----- Given records

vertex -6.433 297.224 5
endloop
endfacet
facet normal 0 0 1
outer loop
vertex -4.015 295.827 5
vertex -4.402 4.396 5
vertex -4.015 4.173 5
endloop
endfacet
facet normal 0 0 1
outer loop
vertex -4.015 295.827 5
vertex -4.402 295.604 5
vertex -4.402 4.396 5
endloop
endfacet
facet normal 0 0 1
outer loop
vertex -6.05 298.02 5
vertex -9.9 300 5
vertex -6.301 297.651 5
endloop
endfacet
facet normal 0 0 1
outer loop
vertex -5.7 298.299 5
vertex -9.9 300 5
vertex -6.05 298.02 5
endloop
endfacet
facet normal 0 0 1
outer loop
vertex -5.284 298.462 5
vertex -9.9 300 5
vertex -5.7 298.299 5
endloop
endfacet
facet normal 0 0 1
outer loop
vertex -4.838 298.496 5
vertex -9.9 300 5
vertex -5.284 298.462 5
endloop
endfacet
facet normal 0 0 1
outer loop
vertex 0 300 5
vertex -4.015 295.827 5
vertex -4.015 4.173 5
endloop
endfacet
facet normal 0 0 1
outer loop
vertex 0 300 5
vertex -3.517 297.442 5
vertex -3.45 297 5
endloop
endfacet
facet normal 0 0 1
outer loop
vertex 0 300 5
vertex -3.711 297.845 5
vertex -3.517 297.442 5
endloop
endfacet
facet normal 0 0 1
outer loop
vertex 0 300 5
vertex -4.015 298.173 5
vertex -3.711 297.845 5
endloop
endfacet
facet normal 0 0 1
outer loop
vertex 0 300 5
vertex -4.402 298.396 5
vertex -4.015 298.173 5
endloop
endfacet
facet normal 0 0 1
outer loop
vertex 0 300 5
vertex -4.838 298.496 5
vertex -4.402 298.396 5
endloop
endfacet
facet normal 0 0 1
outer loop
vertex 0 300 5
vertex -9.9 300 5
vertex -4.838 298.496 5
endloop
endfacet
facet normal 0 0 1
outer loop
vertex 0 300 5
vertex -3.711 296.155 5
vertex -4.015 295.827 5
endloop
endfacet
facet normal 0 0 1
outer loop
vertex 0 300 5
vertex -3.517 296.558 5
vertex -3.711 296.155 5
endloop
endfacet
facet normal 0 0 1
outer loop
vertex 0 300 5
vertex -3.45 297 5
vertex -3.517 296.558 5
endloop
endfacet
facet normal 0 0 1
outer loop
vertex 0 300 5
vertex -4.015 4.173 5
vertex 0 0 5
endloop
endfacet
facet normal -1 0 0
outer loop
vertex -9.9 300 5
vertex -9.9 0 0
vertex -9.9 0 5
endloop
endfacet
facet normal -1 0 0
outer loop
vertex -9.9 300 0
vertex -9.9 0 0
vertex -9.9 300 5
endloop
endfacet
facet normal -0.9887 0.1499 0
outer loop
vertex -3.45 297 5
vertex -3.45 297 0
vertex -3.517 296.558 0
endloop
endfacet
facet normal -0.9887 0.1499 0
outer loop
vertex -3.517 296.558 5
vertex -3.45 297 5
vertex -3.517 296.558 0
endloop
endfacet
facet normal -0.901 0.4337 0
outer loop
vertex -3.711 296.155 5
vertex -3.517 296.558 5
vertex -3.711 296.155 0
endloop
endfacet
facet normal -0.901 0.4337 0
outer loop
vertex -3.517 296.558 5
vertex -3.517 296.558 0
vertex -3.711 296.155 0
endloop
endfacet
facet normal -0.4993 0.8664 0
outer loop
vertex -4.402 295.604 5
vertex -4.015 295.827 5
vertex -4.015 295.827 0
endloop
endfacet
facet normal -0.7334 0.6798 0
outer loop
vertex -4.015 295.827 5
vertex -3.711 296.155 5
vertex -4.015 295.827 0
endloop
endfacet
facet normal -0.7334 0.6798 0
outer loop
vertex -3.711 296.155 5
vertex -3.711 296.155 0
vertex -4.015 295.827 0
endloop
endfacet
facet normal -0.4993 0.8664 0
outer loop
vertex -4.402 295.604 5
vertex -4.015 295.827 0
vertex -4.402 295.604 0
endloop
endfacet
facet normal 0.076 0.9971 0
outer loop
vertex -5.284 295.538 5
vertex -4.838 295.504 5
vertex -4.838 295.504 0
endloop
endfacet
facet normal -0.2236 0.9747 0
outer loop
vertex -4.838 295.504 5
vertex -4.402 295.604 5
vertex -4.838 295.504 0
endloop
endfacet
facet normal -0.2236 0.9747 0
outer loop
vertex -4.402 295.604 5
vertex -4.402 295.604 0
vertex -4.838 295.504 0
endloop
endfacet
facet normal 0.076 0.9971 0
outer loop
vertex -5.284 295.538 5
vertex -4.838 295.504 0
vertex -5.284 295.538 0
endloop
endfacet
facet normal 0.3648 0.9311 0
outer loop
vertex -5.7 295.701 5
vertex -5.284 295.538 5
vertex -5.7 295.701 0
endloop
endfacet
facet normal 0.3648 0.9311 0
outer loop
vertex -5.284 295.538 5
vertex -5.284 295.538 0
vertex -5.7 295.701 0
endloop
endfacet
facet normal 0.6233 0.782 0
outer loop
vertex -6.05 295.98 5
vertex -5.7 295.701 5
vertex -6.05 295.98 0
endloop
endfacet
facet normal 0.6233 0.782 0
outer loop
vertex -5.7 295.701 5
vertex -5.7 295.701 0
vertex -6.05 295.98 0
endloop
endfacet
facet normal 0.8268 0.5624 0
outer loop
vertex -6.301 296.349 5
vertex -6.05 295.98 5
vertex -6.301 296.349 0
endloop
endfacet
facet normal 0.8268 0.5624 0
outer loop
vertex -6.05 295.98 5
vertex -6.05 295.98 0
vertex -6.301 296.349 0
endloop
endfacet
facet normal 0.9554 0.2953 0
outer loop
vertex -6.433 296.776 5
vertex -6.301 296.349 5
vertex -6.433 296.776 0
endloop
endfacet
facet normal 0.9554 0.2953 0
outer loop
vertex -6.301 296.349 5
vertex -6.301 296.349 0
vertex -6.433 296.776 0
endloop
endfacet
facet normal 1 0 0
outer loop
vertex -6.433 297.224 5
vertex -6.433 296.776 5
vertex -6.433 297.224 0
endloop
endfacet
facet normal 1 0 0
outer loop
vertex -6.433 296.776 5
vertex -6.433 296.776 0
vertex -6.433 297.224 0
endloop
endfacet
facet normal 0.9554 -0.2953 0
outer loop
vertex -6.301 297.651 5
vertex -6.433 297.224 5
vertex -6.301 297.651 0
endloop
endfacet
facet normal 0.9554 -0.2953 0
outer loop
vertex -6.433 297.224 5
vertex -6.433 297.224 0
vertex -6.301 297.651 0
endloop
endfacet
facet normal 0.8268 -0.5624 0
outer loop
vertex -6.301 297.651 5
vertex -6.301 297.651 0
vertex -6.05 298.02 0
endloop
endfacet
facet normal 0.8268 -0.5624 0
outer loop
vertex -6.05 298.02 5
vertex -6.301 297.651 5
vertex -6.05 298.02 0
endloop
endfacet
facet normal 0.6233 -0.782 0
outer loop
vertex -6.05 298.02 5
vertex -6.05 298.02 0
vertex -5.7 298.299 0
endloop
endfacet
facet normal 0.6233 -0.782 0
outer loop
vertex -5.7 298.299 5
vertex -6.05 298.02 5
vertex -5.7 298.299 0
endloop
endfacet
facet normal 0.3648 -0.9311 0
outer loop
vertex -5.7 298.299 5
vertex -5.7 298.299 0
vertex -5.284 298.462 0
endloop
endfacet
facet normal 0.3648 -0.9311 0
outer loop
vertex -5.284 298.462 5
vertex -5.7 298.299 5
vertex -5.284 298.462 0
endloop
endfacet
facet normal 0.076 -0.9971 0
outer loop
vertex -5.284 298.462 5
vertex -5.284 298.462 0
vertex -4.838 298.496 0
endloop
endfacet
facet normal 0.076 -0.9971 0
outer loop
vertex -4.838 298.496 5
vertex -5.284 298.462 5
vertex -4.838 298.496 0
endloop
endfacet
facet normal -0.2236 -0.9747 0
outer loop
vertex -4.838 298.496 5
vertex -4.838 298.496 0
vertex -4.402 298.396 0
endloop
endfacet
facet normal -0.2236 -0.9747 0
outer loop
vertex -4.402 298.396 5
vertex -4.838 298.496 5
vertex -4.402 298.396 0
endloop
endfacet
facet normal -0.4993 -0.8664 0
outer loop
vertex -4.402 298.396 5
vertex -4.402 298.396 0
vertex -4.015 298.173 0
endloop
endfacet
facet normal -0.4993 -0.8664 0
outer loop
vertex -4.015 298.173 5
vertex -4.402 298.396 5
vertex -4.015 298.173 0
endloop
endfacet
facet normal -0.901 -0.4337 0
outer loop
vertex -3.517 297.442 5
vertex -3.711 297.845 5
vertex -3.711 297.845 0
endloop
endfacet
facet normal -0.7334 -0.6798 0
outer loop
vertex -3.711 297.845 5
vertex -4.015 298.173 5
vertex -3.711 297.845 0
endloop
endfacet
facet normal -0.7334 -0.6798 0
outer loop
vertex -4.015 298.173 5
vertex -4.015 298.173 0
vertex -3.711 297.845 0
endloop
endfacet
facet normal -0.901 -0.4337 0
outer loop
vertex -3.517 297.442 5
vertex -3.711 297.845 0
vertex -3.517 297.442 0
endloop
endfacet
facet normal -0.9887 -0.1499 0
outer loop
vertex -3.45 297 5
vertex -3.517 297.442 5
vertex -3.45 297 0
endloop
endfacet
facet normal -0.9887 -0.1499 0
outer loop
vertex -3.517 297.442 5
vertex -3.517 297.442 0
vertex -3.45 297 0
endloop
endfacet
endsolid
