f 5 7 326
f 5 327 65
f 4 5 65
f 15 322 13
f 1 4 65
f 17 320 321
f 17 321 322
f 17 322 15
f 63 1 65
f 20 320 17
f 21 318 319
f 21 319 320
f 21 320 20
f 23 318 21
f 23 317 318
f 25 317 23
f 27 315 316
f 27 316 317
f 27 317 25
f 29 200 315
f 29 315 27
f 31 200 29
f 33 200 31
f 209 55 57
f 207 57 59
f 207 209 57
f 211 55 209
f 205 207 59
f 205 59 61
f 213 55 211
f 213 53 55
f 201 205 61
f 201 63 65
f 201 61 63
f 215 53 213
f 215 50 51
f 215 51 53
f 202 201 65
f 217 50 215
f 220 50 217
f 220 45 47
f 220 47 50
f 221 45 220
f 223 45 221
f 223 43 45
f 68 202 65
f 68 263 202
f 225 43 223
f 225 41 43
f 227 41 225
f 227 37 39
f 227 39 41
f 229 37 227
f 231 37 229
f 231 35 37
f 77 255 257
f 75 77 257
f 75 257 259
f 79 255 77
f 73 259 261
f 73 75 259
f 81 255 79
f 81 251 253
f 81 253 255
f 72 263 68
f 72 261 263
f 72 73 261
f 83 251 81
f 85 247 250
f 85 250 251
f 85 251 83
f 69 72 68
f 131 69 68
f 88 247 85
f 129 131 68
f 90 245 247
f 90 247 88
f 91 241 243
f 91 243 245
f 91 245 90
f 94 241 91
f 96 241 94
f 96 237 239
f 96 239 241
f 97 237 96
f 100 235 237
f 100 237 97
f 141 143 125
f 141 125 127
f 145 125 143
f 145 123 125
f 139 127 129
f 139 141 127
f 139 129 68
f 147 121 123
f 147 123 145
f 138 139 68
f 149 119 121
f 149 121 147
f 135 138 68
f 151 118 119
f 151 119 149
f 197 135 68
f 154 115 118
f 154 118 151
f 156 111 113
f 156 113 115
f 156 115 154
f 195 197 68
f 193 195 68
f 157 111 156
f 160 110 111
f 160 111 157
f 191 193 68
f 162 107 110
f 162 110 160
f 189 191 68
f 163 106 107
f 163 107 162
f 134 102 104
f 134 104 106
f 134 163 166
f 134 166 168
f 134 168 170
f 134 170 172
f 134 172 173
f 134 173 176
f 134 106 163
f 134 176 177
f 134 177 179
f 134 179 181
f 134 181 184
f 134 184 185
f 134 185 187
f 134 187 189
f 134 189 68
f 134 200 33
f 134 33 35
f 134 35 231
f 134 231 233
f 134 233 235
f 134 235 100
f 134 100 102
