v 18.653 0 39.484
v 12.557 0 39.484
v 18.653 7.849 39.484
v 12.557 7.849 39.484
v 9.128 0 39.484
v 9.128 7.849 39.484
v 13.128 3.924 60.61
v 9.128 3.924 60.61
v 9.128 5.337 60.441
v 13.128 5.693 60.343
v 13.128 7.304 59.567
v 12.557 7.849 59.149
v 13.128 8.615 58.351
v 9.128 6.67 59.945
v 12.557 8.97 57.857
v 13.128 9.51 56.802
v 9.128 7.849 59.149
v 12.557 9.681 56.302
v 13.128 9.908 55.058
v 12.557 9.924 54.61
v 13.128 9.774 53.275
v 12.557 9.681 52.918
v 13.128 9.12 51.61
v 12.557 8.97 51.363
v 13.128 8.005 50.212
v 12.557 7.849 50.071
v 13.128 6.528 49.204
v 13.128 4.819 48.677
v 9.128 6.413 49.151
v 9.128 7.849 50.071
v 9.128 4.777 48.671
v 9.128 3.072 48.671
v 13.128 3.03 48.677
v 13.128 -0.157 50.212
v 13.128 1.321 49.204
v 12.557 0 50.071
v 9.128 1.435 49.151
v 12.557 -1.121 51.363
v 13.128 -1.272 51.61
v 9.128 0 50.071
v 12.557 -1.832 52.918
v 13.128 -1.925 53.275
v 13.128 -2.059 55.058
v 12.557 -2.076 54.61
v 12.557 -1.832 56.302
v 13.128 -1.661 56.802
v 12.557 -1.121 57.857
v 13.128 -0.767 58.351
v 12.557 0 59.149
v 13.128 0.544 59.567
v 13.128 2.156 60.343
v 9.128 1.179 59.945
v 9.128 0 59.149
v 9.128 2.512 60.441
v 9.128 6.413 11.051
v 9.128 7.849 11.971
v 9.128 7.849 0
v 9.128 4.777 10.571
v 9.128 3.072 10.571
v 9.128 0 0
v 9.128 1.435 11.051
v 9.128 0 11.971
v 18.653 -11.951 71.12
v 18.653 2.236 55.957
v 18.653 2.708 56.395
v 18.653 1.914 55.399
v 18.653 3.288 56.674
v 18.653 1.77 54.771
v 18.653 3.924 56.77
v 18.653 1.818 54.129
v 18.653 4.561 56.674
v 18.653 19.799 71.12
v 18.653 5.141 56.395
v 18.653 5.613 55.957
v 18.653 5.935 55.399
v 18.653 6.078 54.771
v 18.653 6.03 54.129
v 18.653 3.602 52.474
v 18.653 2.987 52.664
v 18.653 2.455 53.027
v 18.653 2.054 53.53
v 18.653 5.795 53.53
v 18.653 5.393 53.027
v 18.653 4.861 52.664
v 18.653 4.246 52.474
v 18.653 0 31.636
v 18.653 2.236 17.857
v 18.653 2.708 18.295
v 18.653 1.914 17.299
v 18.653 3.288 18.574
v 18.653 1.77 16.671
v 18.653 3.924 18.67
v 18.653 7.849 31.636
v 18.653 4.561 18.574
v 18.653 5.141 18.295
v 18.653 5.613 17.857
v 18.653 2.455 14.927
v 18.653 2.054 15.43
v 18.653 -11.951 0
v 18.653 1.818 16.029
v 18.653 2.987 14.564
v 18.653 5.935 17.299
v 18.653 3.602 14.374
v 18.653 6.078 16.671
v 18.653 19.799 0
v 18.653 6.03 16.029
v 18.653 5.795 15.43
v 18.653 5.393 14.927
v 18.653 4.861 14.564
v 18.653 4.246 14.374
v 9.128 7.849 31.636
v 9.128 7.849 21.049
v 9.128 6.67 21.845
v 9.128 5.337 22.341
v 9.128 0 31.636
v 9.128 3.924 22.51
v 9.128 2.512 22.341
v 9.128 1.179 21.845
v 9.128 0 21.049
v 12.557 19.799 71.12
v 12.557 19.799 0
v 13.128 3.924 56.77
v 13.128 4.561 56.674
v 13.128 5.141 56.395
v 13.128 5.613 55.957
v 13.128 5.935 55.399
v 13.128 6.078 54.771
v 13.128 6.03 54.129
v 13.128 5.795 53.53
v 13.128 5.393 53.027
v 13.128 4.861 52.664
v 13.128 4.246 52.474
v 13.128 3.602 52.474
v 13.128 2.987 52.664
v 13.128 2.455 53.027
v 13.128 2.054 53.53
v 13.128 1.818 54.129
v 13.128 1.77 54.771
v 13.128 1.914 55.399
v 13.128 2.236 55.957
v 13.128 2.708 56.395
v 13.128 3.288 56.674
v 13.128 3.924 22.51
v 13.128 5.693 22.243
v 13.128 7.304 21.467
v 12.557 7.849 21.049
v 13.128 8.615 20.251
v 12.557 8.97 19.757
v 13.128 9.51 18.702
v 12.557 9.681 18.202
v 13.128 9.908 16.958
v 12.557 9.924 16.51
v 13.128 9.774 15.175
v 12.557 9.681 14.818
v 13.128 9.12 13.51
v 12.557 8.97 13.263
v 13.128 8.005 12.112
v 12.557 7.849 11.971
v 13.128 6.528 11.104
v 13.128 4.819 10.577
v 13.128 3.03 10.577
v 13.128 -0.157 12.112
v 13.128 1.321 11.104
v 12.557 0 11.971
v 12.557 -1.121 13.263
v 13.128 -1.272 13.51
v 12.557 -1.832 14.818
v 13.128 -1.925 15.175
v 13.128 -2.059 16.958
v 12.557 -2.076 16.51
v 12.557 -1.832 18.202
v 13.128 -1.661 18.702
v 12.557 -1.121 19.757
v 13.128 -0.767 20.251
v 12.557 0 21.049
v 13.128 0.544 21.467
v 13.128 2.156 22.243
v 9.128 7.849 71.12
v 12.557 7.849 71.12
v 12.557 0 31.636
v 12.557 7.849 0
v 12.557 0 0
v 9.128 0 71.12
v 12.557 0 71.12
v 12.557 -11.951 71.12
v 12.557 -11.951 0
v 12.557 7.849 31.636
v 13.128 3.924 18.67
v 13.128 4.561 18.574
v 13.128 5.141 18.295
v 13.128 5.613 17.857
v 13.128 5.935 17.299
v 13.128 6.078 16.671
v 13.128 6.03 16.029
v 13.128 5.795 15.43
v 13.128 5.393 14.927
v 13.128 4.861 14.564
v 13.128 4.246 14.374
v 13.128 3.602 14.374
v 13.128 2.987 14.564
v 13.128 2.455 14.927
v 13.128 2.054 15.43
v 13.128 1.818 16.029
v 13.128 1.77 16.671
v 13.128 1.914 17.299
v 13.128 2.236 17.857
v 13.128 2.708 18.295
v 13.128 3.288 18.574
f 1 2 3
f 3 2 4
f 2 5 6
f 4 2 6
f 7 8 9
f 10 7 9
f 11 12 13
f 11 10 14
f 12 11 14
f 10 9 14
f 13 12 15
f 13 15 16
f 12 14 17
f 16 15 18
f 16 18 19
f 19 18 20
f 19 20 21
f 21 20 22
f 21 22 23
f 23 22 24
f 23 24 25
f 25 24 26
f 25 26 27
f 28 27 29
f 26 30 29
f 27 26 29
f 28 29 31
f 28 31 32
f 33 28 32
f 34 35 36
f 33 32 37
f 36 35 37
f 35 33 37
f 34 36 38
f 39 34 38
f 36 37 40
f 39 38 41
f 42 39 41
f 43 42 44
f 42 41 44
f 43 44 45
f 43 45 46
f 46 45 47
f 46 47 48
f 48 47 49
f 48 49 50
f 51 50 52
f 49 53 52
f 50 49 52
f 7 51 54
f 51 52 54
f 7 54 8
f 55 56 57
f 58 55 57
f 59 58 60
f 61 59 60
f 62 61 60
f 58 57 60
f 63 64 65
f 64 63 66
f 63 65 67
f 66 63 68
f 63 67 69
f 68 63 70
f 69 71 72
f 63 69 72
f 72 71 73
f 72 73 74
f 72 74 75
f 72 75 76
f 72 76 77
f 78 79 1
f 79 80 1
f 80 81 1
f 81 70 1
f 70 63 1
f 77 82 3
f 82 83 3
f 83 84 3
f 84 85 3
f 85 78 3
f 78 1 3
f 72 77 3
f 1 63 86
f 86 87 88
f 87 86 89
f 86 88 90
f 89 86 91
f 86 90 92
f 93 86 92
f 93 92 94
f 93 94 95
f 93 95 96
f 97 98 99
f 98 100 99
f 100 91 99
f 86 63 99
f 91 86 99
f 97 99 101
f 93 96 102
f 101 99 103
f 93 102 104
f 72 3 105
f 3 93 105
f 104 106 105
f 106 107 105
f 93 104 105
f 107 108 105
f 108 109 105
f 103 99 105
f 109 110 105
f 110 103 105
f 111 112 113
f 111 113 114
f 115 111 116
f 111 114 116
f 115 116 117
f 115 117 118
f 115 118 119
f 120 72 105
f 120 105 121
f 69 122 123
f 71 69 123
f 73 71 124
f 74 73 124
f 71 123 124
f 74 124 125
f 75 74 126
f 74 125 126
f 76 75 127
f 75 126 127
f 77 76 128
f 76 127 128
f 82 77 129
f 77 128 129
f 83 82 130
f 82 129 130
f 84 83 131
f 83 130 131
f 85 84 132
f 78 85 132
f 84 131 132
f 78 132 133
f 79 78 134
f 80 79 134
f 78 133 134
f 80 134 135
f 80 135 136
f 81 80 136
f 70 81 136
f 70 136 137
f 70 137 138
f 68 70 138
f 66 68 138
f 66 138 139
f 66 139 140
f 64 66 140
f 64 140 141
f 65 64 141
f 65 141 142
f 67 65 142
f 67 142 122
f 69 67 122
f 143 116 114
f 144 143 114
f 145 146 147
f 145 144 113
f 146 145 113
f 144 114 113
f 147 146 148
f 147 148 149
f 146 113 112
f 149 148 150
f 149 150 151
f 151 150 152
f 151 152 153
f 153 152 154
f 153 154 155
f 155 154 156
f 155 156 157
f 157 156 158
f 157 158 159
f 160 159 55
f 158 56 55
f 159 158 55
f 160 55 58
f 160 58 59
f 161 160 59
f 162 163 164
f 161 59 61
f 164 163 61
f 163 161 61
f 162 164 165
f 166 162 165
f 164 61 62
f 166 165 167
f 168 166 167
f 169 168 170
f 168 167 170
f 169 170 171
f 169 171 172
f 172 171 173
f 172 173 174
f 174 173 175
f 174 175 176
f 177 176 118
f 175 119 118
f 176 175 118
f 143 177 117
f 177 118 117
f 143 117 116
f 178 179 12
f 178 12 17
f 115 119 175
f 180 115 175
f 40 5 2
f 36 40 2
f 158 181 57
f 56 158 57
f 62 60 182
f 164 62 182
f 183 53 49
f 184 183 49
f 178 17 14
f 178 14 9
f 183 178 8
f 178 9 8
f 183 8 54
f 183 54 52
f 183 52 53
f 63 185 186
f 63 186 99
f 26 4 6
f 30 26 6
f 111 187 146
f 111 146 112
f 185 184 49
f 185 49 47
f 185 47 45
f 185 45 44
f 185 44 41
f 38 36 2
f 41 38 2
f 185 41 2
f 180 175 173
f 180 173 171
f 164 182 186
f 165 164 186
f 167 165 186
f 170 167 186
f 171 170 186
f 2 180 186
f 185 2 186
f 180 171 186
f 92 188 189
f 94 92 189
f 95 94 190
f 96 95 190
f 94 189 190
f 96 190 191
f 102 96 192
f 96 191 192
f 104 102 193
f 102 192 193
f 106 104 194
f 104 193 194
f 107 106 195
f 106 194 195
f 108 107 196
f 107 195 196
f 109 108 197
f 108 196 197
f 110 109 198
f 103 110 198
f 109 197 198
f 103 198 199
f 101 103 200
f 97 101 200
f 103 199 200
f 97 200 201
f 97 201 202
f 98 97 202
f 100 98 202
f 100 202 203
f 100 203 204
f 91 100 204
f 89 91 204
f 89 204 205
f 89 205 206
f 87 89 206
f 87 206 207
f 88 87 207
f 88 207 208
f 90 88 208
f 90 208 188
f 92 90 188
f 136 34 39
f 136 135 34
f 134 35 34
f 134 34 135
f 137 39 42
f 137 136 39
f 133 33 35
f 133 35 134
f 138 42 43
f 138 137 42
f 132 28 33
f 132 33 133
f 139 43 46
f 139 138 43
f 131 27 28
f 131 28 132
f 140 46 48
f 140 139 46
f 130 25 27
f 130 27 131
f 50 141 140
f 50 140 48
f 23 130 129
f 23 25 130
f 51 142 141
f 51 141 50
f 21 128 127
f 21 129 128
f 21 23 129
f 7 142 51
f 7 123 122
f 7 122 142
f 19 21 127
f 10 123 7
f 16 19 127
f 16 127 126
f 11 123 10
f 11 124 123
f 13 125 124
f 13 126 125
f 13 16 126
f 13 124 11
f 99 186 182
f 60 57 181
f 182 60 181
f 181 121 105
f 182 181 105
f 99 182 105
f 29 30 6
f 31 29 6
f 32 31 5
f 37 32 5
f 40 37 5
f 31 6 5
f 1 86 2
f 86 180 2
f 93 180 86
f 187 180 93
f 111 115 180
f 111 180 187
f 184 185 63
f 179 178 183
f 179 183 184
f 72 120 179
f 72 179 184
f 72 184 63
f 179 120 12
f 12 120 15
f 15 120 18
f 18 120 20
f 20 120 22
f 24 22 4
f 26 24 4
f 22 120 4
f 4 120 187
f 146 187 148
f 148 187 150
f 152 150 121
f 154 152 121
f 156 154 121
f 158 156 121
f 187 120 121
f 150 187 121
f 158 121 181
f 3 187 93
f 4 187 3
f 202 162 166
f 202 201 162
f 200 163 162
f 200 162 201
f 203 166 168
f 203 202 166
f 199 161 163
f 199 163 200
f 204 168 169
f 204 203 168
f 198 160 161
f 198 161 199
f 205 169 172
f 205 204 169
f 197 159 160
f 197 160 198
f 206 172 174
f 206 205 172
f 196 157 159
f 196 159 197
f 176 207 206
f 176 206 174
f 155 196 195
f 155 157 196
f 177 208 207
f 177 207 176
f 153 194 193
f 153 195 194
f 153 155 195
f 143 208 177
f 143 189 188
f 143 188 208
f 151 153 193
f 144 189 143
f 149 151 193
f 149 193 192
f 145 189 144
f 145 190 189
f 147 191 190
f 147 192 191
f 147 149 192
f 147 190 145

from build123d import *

# Parameters (mm, degrees)
BOSS_EXTRUDE1_DEPTH = 71.12
SKETCH2_R           = 6
CUT_EXTRUDE1_DEPTH  = 4
CUT_EXTRUDE2_REACH  = 76.031
SKETCH3_R           = 2.16
CUT_EXTRUDE3_REACH  = 76.436
SKETCH5_W           = 7.8486
SKETCH5_H           = 7.8486


with BuildPart() as part:
    # Sketch1 → Boss-Extrude1 (new body)
    with BuildSketch(Plane.XY):
        Polygon((9.127895876, 7.8486), (9.127895876, 0), (12.556895876, 0), (12.556895876, -11.9507), (18.652895876, -11.9507), (18.652895876, 19.7993), (12.556895876, 19.7993), (12.556895876, 7.8486), align=None)
    extrude(amount=BOSS_EXTRUDE1_DEPTH)

    # Sketch2 → Cut-Extrude1 (cut)
    with BuildSketch(Plane.ZY.offset(-9.127895876)):
        with Locations((16.51, 3.9243)):
            Circle(SKETCH2_R)
        with Locations((54.61, 3.9243)):
            Circle(SKETCH2_R)
    extrude(amount=-CUT_EXTRUDE1_DEPTH, mode=Mode.SUBTRACT)

    # Sketch3 → Cut-Extrude2 (cut, up to next)
    with BuildSketch(Plane.ZY.offset(-13.127895876), mode=Mode.PRIVATE) as cut_extrude2_sk1:
        with Locations((16.51, 3.9243)):
            Circle(SKETCH3_R)
    cut_extrude2_tool1 = extrude(cut_extrude2_sk1.sketch, amount=-CUT_EXTRUDE2_REACH, mode=Mode.PRIVATE) & part.part
    # Sketch3 → Cut-Extrude2 (cut, up to next)
    with BuildSketch(Plane.ZY.offset(-13.127895876), mode=Mode.PRIVATE) as cut_extrude2_sk2:
        with Locations((54.61, 3.9243)):
            Circle(SKETCH3_R)
    cut_extrude2_tool2 = extrude(cut_extrude2_sk2.sketch, amount=-CUT_EXTRUDE2_REACH, mode=Mode.PRIVATE) & part.part
    add(cut_extrude2_tool1.solids().sort_by_distance((13.127896, 3.9243, 16.51))[0], mode=Mode.SUBTRACT)
    add(cut_extrude2_tool2.solids().sort_by_distance((13.127896, 3.9243, 54.61))[0], mode=Mode.SUBTRACT)

    # Sketch5 → Cut-Extrude3 (cut, up to next)
    with BuildSketch(Plane.ZY.offset(-9.127895876), mode=Mode.PRIVATE) as cut_extrude3_sk1:
        with Locations((35.56, 3.9243)):
            Rectangle(SKETCH5_W, SKETCH5_H)
    cut_extrude3_tool1 = extrude(cut_extrude3_sk1.sketch, amount=-CUT_EXTRUDE3_REACH, mode=Mode.PRIVATE) & part.part
    add(cut_extrude3_tool1.solids().sort_by_distance((9.127896, 3.9243, 35.56))[0], mode=Mode.SUBTRACT)


solid = part.part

----------

What you are asked to do
From the entries above, print the lines beginning at the one with "v 9.128 1.435 11.051" and stopping after the one with "v 18.653 19.799 71.12", exactly as written and with nothing else.

Exercise answer
v 9.128 1.435 11.051
v 9.128 0 11.971
v 18.653 -11.951 71.12
v 18.653 2.236 55.957
v 18.653 2.708 56.395
v 18.653 1.914 55.399
v 18.653 3.288 56.674
v 18.653 1.77 54.771
v 18.653 3.924 56.77
v 18.653 1.818 54.129
v 18.653 4.561 56.674
v 18.653 19.799 71.12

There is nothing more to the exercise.